Per l’amante della lirica, Verdi è una garanzia. Perfino opere minori e prive di un qualsivoglia afflato nazionale nascondono splendidi brani in mezzo alle pieghe di un intreccio di rara pochezza. Luisa Miller non fa eccezione, nè per le perle, nè per la pochezza. Ma andiamo per punti come al solito.

1) IL PREZZO: nel solco della tradizione delle rappresentazioni estive, il prezzo si presenta diviso in due fasce: prezzi più alti in platea, dove le splendide signore e signorine sfoggiano eleganti abiti da sera ed i signori le seguono in abito scuro; prezzi più popolari nei settori montagnardi, ovvero sulle gradinate, ove il codice di abbigliamento è meno stretto, le signore e signorine sono meno belle e gli uomini vestono casual. Dove mi sono seduto? Make an educated guess.

2) LA MUSICA: la solita Orchestra Giovanile Luigi Cherubini dà una nuova prova di bravura.

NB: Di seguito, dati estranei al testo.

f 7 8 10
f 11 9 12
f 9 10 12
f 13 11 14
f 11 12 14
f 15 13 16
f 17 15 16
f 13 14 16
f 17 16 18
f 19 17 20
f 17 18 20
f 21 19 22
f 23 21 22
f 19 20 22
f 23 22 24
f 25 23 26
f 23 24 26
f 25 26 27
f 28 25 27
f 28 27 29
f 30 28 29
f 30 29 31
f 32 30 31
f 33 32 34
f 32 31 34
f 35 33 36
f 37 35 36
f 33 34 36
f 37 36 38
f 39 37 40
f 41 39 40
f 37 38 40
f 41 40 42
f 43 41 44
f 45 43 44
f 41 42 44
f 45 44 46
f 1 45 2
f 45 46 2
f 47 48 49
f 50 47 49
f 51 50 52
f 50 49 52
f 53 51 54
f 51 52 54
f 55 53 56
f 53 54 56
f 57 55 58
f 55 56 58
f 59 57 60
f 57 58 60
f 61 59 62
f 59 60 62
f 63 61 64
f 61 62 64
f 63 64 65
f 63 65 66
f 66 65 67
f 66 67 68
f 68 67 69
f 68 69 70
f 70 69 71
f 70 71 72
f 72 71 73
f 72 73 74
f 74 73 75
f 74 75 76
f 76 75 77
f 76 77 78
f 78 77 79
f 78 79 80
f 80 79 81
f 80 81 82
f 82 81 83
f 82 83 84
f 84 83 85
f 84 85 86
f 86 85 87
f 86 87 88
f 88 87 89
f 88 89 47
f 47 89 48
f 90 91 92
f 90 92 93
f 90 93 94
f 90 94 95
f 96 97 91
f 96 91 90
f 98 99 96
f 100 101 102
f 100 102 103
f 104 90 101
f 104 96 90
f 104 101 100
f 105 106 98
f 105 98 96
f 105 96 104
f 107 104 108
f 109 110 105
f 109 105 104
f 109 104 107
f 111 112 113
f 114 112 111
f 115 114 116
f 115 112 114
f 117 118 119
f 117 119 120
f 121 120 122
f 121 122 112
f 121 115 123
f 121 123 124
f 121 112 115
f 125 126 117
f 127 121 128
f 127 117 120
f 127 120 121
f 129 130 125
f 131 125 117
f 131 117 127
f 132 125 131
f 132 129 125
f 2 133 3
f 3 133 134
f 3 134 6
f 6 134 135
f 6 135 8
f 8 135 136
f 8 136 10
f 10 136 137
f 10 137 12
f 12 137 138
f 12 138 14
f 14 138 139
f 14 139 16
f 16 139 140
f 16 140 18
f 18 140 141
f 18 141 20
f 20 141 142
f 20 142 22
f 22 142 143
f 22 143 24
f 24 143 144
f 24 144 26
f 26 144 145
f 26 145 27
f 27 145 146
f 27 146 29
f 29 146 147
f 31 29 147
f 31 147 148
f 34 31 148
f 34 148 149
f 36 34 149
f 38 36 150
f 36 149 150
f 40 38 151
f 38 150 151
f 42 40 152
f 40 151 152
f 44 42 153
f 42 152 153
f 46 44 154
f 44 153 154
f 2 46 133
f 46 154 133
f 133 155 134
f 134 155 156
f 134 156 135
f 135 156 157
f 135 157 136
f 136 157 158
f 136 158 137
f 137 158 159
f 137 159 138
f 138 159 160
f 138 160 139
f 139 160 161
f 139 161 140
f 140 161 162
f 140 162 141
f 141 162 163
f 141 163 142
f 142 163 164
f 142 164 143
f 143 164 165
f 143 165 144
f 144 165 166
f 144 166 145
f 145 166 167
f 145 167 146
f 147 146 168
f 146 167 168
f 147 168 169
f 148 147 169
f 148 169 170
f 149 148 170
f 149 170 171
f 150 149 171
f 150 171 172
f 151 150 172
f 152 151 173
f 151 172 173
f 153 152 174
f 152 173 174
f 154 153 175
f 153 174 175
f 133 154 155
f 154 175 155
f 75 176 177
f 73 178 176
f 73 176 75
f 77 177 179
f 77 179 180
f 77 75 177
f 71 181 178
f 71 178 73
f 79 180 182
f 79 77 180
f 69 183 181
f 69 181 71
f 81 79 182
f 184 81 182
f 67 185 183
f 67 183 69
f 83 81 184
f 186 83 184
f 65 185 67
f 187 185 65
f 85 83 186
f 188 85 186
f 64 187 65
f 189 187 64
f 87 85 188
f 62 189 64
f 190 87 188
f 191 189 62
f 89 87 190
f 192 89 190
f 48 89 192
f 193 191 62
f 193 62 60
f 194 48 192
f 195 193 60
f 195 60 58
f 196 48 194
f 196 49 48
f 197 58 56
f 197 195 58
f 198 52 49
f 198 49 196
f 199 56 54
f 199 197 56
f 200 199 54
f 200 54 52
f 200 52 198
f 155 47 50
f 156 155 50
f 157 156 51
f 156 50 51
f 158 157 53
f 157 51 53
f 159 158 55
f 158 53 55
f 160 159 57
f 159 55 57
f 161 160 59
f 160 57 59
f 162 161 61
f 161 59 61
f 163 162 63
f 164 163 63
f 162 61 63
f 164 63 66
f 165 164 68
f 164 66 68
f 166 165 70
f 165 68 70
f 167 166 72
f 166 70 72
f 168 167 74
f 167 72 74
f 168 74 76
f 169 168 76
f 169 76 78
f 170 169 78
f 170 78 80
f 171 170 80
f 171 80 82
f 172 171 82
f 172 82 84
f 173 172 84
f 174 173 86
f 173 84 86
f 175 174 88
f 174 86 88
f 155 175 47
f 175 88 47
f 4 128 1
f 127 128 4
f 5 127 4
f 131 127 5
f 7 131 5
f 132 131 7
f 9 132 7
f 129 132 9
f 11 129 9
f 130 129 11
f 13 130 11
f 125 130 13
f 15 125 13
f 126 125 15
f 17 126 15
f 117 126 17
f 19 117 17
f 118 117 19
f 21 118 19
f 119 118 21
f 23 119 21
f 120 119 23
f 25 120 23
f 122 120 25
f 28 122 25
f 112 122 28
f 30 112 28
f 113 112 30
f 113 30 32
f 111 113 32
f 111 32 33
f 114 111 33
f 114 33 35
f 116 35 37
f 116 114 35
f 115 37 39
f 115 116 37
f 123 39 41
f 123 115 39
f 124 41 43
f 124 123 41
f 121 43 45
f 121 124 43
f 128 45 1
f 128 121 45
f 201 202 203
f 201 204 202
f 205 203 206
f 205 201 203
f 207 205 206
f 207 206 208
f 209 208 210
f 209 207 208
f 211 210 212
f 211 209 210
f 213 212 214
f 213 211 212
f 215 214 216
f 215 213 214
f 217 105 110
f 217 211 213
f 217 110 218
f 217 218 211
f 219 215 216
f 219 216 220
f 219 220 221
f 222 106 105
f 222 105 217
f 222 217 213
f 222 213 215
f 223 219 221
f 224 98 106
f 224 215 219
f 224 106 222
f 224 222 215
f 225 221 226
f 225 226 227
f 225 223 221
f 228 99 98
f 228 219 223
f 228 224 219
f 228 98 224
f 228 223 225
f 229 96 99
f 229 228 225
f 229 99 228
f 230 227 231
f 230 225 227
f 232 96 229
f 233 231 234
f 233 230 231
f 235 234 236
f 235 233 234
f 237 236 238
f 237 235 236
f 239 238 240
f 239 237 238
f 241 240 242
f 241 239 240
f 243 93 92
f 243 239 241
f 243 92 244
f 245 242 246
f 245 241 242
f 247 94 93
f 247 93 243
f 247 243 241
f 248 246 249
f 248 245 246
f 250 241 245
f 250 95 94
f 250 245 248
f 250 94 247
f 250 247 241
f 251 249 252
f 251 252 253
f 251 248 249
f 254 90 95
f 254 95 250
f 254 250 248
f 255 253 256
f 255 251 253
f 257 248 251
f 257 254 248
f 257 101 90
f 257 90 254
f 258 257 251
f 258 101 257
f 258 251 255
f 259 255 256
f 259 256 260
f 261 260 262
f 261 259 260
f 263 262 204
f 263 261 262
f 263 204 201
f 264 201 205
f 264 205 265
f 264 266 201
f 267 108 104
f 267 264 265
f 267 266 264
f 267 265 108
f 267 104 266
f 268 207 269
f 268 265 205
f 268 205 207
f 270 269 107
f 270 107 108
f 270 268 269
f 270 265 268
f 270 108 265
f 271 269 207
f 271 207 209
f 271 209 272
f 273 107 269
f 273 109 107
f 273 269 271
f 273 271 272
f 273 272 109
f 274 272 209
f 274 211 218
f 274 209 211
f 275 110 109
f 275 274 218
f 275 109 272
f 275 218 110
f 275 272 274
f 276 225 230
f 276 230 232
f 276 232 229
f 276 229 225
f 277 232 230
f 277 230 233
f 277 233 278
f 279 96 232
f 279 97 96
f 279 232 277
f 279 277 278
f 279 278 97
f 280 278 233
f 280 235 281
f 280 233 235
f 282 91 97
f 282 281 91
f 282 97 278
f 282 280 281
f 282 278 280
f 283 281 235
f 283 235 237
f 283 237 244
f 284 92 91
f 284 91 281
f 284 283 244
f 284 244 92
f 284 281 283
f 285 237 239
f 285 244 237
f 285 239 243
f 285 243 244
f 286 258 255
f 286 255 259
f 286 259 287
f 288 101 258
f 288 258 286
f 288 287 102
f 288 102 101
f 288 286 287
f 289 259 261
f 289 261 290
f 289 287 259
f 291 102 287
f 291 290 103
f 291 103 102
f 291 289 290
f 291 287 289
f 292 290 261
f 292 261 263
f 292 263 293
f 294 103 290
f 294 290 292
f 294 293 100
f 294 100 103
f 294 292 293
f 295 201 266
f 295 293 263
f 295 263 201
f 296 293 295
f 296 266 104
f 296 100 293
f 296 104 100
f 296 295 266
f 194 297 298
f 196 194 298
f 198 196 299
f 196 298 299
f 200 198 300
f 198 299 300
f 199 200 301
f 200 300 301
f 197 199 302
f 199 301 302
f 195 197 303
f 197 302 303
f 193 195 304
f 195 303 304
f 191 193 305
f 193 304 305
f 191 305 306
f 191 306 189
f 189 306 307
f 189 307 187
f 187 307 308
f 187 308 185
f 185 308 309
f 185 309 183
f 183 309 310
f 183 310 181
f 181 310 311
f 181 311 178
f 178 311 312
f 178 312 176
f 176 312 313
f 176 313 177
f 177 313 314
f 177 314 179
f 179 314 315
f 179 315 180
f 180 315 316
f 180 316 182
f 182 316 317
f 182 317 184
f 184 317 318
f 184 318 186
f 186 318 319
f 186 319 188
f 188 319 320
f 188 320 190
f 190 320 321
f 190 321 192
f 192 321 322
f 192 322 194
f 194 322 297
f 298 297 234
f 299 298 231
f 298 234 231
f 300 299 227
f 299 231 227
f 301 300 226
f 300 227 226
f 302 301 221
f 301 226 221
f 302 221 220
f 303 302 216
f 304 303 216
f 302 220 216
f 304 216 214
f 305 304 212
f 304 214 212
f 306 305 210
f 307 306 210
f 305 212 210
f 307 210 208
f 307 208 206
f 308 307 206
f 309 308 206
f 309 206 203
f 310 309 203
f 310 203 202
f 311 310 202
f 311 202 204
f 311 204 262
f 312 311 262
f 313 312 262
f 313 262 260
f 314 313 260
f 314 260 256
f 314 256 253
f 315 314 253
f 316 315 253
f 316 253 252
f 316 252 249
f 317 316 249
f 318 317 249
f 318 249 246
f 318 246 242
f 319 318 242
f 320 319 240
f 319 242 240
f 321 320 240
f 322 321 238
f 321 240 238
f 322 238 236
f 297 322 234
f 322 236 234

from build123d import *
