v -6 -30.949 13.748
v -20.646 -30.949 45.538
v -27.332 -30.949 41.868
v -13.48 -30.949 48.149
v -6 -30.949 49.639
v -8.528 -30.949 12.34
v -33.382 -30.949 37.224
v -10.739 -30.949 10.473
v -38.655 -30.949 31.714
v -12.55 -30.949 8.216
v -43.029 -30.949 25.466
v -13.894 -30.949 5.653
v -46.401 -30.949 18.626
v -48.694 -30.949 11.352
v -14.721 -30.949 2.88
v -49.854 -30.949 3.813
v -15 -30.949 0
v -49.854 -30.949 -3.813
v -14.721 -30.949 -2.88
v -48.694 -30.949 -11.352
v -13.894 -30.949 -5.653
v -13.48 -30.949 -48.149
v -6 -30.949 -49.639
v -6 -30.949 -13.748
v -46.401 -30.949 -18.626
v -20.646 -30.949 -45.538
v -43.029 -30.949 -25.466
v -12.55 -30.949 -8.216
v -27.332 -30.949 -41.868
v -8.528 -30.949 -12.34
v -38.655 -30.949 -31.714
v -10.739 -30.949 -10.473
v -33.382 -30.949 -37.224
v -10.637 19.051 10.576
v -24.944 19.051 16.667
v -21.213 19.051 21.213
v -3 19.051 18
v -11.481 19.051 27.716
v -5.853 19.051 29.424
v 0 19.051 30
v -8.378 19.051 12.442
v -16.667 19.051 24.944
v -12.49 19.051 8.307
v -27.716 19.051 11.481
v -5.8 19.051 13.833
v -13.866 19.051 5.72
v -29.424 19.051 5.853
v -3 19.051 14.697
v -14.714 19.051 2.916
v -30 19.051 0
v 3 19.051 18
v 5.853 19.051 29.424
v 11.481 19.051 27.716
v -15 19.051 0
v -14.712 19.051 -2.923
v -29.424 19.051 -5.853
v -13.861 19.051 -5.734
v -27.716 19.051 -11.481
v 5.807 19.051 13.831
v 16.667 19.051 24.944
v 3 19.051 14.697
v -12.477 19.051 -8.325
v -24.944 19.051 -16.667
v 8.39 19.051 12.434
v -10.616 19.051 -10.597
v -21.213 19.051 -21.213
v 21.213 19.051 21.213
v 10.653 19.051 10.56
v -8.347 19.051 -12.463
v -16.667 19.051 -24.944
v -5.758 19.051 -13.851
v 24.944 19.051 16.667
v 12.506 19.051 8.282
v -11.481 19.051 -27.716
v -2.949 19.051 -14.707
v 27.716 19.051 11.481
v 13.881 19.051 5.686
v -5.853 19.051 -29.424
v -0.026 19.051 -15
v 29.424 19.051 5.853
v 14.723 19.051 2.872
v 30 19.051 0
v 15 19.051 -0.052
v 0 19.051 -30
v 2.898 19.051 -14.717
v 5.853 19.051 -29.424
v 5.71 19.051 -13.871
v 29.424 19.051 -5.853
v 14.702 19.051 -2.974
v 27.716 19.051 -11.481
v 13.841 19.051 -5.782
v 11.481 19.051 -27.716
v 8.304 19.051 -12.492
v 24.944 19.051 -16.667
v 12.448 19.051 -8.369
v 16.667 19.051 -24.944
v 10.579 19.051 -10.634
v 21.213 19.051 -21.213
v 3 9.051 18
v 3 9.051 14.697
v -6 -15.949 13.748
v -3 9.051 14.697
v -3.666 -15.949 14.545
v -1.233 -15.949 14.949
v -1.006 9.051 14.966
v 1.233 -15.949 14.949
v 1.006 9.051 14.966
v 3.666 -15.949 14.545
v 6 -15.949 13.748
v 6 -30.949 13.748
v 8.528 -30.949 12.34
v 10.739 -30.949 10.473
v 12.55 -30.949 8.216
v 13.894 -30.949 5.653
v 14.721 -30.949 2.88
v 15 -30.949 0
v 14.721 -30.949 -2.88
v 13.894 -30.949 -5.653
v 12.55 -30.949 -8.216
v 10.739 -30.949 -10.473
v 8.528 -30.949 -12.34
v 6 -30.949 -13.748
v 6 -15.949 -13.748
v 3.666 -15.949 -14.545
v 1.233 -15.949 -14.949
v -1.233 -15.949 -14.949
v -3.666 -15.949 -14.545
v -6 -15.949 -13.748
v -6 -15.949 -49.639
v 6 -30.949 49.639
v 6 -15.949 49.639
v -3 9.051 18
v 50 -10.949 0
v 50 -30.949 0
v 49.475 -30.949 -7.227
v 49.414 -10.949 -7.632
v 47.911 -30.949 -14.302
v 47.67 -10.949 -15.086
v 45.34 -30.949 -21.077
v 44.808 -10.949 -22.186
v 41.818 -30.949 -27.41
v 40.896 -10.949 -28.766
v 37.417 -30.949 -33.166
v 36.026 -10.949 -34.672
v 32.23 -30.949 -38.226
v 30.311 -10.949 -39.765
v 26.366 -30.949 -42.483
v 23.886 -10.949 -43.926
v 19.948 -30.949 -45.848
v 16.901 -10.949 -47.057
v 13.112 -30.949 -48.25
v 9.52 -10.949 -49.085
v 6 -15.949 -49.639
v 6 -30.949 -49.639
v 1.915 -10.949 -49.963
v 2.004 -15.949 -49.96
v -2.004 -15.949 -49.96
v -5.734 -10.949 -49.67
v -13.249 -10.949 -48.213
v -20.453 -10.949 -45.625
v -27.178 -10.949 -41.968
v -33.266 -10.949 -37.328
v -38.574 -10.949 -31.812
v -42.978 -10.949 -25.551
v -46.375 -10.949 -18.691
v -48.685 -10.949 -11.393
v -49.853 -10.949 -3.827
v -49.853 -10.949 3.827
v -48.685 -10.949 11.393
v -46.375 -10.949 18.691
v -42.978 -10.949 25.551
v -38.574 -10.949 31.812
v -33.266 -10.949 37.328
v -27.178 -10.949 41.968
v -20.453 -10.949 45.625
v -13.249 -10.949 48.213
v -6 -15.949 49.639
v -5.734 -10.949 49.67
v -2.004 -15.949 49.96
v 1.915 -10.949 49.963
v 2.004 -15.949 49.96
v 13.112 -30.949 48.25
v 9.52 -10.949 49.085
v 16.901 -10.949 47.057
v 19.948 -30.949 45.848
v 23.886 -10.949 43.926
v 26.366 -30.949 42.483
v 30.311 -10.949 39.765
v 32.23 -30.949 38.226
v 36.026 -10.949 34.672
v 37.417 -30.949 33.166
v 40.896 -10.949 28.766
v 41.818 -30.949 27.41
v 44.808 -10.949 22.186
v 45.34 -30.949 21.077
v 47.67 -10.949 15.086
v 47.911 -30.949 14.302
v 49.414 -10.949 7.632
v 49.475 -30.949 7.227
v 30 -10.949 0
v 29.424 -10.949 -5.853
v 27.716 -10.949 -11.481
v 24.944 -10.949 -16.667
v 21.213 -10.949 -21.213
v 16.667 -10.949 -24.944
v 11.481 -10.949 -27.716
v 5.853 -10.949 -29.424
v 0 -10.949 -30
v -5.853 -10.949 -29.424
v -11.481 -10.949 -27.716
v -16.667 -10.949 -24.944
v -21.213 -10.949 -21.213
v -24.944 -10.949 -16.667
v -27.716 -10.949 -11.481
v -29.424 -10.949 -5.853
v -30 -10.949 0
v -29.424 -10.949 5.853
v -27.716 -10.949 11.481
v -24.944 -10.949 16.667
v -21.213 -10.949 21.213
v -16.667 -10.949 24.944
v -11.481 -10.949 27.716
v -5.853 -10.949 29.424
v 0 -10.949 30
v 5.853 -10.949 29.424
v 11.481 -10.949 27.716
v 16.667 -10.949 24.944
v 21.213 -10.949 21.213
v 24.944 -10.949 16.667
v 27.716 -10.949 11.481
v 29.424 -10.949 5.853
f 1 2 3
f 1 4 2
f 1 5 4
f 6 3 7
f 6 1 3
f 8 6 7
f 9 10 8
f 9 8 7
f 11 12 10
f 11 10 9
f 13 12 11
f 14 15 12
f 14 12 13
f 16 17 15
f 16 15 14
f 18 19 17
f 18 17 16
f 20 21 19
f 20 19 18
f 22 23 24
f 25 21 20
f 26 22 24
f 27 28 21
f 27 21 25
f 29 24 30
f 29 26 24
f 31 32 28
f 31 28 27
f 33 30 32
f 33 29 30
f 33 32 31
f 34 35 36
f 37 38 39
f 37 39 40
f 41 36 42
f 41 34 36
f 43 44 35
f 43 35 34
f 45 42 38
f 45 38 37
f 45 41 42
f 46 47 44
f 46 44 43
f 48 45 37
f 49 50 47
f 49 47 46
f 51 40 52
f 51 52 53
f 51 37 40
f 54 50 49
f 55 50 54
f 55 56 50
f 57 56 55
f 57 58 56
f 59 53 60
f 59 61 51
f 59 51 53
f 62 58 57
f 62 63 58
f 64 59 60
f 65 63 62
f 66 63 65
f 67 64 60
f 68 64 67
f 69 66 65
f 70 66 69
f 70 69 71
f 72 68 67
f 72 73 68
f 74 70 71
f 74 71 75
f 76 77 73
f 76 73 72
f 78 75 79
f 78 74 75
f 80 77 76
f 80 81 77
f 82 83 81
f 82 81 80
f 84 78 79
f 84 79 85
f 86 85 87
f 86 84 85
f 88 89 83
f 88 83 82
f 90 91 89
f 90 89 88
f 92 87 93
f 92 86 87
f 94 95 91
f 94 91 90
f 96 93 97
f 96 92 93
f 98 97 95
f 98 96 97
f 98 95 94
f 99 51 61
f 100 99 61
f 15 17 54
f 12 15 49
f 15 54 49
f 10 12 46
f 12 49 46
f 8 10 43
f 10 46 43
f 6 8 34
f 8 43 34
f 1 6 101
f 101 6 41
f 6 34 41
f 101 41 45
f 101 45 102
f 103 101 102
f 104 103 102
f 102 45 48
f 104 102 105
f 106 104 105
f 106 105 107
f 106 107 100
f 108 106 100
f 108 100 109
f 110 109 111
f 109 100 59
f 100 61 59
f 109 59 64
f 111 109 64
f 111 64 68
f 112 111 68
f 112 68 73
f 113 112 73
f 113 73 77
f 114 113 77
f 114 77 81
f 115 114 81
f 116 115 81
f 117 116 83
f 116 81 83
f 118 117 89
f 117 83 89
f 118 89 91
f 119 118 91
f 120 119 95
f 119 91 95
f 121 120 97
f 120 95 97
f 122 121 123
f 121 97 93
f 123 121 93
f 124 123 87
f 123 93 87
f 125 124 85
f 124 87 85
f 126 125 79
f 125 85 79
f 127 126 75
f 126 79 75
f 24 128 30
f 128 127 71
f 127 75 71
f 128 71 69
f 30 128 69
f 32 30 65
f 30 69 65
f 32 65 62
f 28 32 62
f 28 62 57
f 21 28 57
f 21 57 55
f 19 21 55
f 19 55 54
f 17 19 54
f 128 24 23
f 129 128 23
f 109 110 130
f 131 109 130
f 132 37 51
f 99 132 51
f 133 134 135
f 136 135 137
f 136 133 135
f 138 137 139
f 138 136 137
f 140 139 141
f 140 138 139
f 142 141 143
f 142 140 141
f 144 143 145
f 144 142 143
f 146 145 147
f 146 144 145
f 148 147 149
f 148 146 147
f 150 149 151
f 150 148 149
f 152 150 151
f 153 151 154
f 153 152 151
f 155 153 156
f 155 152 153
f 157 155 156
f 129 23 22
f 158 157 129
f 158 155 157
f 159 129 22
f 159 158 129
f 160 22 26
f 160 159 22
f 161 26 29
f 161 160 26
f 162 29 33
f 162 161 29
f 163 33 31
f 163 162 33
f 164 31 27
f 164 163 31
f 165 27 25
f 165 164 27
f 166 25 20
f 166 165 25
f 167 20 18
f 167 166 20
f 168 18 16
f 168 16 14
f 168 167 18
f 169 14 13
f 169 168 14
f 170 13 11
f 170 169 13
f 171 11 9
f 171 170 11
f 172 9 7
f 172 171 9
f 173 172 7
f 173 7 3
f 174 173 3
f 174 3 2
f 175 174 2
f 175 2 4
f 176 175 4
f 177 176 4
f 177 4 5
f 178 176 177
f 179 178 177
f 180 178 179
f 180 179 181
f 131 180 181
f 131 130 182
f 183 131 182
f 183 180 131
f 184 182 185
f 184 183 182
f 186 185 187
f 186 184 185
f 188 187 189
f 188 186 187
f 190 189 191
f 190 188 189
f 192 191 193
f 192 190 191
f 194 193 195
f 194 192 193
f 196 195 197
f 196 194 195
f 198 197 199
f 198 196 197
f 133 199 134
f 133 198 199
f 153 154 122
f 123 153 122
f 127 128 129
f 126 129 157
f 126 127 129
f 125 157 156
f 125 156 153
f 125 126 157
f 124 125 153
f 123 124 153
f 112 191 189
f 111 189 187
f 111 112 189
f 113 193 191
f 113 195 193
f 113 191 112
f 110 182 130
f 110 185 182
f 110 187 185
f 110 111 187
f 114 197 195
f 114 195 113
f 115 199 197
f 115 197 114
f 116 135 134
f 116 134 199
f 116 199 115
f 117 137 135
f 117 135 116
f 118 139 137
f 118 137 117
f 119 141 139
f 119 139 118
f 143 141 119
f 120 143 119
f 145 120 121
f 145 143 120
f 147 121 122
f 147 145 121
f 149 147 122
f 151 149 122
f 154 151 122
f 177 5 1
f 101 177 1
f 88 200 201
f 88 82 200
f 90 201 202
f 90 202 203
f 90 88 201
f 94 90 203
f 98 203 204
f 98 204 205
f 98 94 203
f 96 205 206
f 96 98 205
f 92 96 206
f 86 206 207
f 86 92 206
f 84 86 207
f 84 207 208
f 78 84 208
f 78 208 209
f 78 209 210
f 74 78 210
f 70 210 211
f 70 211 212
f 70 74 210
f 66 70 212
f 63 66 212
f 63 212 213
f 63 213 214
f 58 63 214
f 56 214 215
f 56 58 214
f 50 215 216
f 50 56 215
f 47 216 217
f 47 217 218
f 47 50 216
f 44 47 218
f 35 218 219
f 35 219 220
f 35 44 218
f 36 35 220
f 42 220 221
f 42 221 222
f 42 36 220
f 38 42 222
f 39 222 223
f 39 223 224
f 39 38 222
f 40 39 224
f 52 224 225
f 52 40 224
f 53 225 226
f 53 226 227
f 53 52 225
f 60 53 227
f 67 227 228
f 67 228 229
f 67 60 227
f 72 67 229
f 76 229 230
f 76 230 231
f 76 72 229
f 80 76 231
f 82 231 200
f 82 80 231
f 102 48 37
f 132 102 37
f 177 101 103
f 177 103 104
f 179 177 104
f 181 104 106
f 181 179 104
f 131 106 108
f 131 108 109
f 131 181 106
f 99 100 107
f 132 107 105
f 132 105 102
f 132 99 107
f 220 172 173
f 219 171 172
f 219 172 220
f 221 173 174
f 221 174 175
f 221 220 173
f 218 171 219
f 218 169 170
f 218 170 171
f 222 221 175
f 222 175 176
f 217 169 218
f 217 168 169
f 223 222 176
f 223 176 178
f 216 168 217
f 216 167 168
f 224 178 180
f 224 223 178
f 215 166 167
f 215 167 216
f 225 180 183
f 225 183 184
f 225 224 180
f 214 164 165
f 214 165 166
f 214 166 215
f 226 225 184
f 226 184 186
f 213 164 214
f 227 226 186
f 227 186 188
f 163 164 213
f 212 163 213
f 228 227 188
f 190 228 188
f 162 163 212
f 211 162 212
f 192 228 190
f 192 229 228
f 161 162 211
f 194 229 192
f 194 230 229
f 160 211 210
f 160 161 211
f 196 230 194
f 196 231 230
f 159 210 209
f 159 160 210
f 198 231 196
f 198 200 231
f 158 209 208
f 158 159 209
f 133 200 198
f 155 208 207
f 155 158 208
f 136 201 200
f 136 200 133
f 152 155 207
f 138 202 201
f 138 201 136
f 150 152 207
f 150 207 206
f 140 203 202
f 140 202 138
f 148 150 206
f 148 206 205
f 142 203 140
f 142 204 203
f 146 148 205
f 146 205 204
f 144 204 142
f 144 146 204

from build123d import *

# Parameters (mm, degrees)
F3_DEPTH = 15
F4_R     = 15
F5_DEPTH = 141
F7_DEPTH = 10


with BuildPart() as f1:
    # F0 (on Top) → F1 (revolve)
    with BuildSketch(Plane.XY):
        Polygon((0, 19.0511253548), (0, -30.9488746452), (50, -30.9488746452), (50, -10.9488746452), (30, -10.9488746452), (30, 19.0511253548), align=None)
    revolve(axis=Axis((0, -5.9488746452, 0), (0, 1, 0)))

    # F2 (on face) → F3 (cut)
    with BuildSketch(Plane.XZ.offset(30.9488746452)):
        with BuildLine():
            ThreePointArc((6, 49.638694584), (0, 50), (-6, 49.638694584))
            Line((-6, 49.638694584), (-6, -49.638694584))
            ThreePointArc((-6, -49.638694584), (0, -50), (6, -49.638694584))
            Line((6, -49.638694584), (6, 49.638694584))
        make_face()
    extrude(amount=-F3_DEPTH, mode=Mode.SUBTRACT)

    # F4 (on face) → F5 (cut)
    with BuildSketch(Plane(origin=(0, 19.0511253548, 0), x_dir=(-1, 0, 0), z_dir=(0, 1, 0))):
        Circle(F4_R)
    extrude(amount=-F5_DEPTH, mode=Mode.SUBTRACT)

    # F6 (on face) → F7 (cut)
    with BuildSketch(Plane(origin=(0, 19.0511253548, 0), x_dir=(-1, 0, 0), z_dir=(0, 1, 0))):
        with BuildLine():
            Line((3, 14.6969384567), (3, 18))
            Line((3, 18), (-3, 18))
            Line((-3, 18), (-3, 14.6969384567))
            ThreePointArc((-3, 14.6969384567), (0, 15), (3, 14.6969384567))
        make_face()
    extrude(amount=-F7_DEPTH, mode=Mode.SUBTRACT)


solid = f1.part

3) IL CANTO: il Coro del Teatro Municipale di Piacenza, stavolta senza incursori, viene finalmente sfruttato in modo costante. I giovani cantanti nei ruoli principali, sia italiani che stranieri, fanno del loro meglio, ma sono costretto ad analizzarli uno per uno, pur senza far nomi, per metterne in luce i vari pregi e difetti. Iniziamo con i promossi: Miller (buona voce, ben impostato, dizione sorprendentemente buona, nonostante sia coreano), Luisa (splendida voce, buona potenza, facile al gorgheggio, dovrebbe provare il repertorio mozartiano), Wurm (ottima voce, potente, preciso). Finiamo coi rimandati (sono giovani, si rifaranno): Walter (buona l’impostazione ma voce troppo debole; a sua difesa, le indiscrezioni che lo davano malato fino al giorno prima), Federica (non posso dirne nulla di male, ma dopo averla sentita per tutta la rappresentazione mi rimane qualche dubbio), Rodolfo (bella voce, discreta potenza, abile nelle cabalette ma un po’ impiccato nelle parti che richiedono maggior forza).

4) LA SCENOGRAFIA: ottima scenografia floreale, l’ideale in una calda sera estiva, utile anche a richiamare le verdi terre germaniche in cui s’ambienta la vicenda. Sontuosa. Ottimi i giochi di luci.

5) I COSTUMI: splendidi, di stampo ottocentesco, ricchi e variegati. Una gioia per gli occhi.

6) IL PUBBLICO: caldo e facile all’applauso, l’ideale per dei giovani cantanti che più che delle critiche di ignoranti paesani hanno bisogno di un incoraggiamento a continuare a far bene o a far meglio.

7) L’ORGANIZZAZIONE: buona. I tappeti rossi in platea, la simulazione di golfo mistico, la presenza vigile e capillare delle hostess sono indicazione di un’organizzazione attenta e ben pianificata.

Nel complesso un’ottima rappresentazione, con una sola imperdonabile pecca: è andata in scena una volta sola.

Neil not so much Young anymore yet still kicking, somehow…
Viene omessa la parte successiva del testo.